> [Supplied data]:
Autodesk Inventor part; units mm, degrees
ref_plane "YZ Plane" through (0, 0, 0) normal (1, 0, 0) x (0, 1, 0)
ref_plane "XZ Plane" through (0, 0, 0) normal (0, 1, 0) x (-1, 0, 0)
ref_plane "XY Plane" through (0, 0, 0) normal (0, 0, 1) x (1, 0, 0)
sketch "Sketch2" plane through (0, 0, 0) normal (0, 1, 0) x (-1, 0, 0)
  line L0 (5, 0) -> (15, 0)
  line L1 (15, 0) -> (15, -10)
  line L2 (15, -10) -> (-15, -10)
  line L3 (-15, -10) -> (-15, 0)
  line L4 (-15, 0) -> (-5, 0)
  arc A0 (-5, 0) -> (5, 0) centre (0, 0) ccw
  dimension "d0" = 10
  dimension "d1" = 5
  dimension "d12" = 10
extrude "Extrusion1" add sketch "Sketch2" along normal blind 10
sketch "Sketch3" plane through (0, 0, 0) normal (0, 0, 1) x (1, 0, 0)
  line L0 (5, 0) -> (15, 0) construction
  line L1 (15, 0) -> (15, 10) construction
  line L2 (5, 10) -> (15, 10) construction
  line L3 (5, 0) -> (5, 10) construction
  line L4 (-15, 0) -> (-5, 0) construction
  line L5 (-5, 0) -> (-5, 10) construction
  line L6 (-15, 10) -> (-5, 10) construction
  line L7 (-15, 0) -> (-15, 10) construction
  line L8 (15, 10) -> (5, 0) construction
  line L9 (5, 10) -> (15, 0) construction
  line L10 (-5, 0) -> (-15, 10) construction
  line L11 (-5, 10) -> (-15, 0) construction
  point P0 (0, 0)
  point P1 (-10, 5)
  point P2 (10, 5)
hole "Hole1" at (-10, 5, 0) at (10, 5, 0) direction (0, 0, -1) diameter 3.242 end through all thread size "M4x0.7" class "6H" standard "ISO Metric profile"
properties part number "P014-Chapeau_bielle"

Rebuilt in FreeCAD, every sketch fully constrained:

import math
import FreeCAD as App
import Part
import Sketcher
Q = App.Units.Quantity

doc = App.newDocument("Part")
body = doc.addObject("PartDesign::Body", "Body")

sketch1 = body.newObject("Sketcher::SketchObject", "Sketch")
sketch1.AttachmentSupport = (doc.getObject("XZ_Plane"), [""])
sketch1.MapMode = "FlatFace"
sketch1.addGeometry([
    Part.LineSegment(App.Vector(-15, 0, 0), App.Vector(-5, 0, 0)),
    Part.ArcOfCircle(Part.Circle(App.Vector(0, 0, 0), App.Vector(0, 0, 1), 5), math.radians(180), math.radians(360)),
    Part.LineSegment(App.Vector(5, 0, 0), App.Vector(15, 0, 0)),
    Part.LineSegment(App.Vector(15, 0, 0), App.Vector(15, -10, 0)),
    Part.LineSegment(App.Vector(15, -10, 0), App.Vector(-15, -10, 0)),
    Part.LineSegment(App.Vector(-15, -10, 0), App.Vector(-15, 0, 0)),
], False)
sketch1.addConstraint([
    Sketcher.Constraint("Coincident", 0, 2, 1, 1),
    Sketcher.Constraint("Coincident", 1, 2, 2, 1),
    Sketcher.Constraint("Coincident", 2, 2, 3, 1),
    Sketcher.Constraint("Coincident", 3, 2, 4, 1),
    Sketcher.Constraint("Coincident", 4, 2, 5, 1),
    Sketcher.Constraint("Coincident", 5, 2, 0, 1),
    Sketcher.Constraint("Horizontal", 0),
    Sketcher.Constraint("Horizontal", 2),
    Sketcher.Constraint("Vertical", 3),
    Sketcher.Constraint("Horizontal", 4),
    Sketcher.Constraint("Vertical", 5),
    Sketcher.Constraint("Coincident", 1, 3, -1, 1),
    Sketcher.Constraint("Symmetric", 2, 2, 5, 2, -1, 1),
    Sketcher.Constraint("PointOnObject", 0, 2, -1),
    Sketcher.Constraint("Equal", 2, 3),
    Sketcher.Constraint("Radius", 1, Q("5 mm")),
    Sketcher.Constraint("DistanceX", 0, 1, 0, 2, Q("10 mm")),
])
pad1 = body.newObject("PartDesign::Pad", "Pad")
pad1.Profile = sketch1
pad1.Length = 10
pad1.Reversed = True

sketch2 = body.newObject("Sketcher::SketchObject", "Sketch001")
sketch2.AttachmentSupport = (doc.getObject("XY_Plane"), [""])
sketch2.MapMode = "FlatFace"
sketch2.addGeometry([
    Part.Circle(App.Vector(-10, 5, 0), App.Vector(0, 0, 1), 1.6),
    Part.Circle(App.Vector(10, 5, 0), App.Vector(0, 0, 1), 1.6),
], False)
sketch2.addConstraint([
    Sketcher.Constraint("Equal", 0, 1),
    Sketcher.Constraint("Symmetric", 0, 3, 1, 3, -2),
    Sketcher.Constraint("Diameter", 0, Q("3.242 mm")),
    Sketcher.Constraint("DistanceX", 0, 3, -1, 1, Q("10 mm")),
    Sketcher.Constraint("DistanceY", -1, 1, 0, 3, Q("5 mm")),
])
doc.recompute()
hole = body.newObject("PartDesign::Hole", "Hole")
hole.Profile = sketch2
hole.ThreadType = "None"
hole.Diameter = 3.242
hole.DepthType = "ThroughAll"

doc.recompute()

> [Your instructions]: The records above are to be restated word for word, in full.

> [Answer space]:
Autodesk Inventor part; units mm, degrees
ref_plane "YZ Plane" through (0, 0, 0) normal (1, 0, 0) x (0, 1, 0)
ref_plane "XZ Plane" through (0, 0, 0) normal (0, 1, 0) x (-1, 0, 0)
ref_plane "XY Plane" through (0, 0, 0) normal (0, 0, 1) x (1, 0, 0)
sketch "Sketch2" plane through (0, 0, 0) normal (0, 1, 0) x (-1, 0, 0)
  line L0 (5, 0) -> (15, 0)
  line L1 (15, 0) -> (15, -10)
  line L2 (15, -10) -> (-15, -10)
  line L3 (-15, -10) -> (-15, 0)
  line L4 (-15, 0) -> (-5, 0)
  arc A0 (-5, 0) -> (5, 0) centre (0, 0) ccw
  dimension "d0" = 10
  dimension "d1" = 5
  dimension "d12" = 10
extrude "Extrusion1" add sketch "Sketch2" along normal blind 10
sketch "Sketch3" plane through (0, 0, 0) normal (0, 0, 1) x (1, 0, 0)
  line L0 (5, 0) -> (15, 0) construction
  line L1 (15, 0) -> (15, 10) construction
  line L2 (5, 10) -> (15, 10) construction
  line L3 (5, 0) -> (5, 10) construction
  line L4 (-15, 0) -> (-5, 0) construction
  line L5 (-5, 0) -> (-5, 10) construction
  line L6 (-15, 10) -> (-5, 10) construction
  line L7 (-15, 0) -> (-15, 10) construction
  line L8 (15, 10) -> (5, 0) construction
  line L9 (5, 10) -> (15, 0) construction
  line L10 (-5, 0) -> (-15, 10) construction
  line L11 (-5, 10) -> (-15, 0) construction
  point P0 (0, 0)
  point P1 (-10, 5)
  point P2 (10, 5)
hole "Hole1" at (-10, 5, 0) at (10, 5, 0) direction (0, 0, -1) diameter 3.242 end through all thread size "M4x0.7" class "6H" standard "ISO Metric profile"
properties part number "P014-Chapeau_bielle"

Rebuilt in FreeCAD, every sketch fully constrained:

import math
import FreeCAD as App
import Part
import Sketcher
Q = App.Units.Quantity

doc = App.newDocument("Part")
body = doc.addObject("PartDesign::Body", "Body")

sketch1 = body.newObject("Sketcher::SketchObject", "Sketch")
sketch1.AttachmentSupport = (doc.getObject("XZ_Plane"), [""])
sketch1.MapMode = "FlatFace"
sketch1.addGeometry([
    Part.LineSegment(App.Vector(-15, 0, 0), App.Vector(-5, 0, 0)),
    Part.ArcOfCircle(Part.Circle(App.Vector(0, 0, 0), App.Vector(0, 0, 1), 5), math.radians(180), math.radians(360)),
    Part.LineSegment(App.Vector(5, 0, 0), App.Vector(15, 0, 0)),
    Part.LineSegment(App.Vector(15, 0, 0), App.Vector(15, -10, 0)),
    Part.LineSegment(App.Vector(15, -10, 0), App.Vector(-15, -10, 0)),
    Part.LineSegment(App.Vector(-15, -10, 0), App.Vector(-15, 0, 0)),
], False)
sketch1.addConstraint([
    Sketcher.Constraint("Coincident", 0, 2, 1, 1),
    Sketcher.Constraint("Coincident", 1, 2, 2, 1),
    Sketcher.Constraint("Coincident", 2, 2, 3, 1),
    Sketcher.Constraint("Coincident", 3, 2, 4, 1),
    Sketcher.Constraint("Coincident", 4, 2, 5, 1),
    Sketcher.Constraint("Coincident", 5, 2, 0, 1),
    Sketcher.Constraint("Horizontal", 0),
    Sketcher.Constraint("Horizontal", 2),
    Sketcher.Constraint("Vertical", 3),
    Sketcher.Constraint("Horizontal", 4),
    Sketcher.Constraint("Vertical", 5),
    Sketcher.Constraint("Coincident", 1, 3, -1, 1),
    Sketcher.Constraint("Symmetric", 2, 2, 5, 2, -1, 1),
    Sketcher.Constraint("PointOnObject", 0, 2, -1),
    Sketcher.Constraint("Equal", 2, 3),
    Sketcher.Constraint("Radius", 1, Q("5 mm")),
    Sketcher.Constraint("DistanceX", 0, 1, 0, 2, Q("10 mm")),
])
pad1 = body.newObject("PartDesign::Pad", "Pad")
pad1.Profile = sketch1
pad1.Length = 10
pad1.Reversed = True

sketch2 = body.newObject("Sketcher::SketchObject", "Sketch001")
sketch2.AttachmentSupport = (doc.getObject("XY_Plane"), [""])
sketch2.MapMode = "FlatFace"
sketch2.addGeometry([
    Part.Circle(App.Vector(-10, 5, 0), App.Vector(0, 0, 1), 1.6),
    Part.Circle(App.Vector(10, 5, 0), App.Vector(0, 0, 1), 1.6),
], False)
sketch2.addConstraint([
    Sketcher.Constraint("Equal", 0, 1),
    Sketcher.Constraint("Symmetric", 0, 3, 1, 3, -2),
    Sketcher.Constraint("Diameter", 0, Q("3.242 mm")),
    Sketcher.Constraint("DistanceX", 0, 3, -1, 1, Q("10 mm")),
    Sketcher.Constraint("DistanceY", -1, 1, 0, 3, Q("5 mm")),
])
doc.recompute()
hole = body.newObject("PartDesign::Hole", "Hole")
hole.Profile = sketch2
hole.ThreadType = "None"
hole.Diameter = 3.242
hole.DepthType = "ThroughAll"

doc.recompute()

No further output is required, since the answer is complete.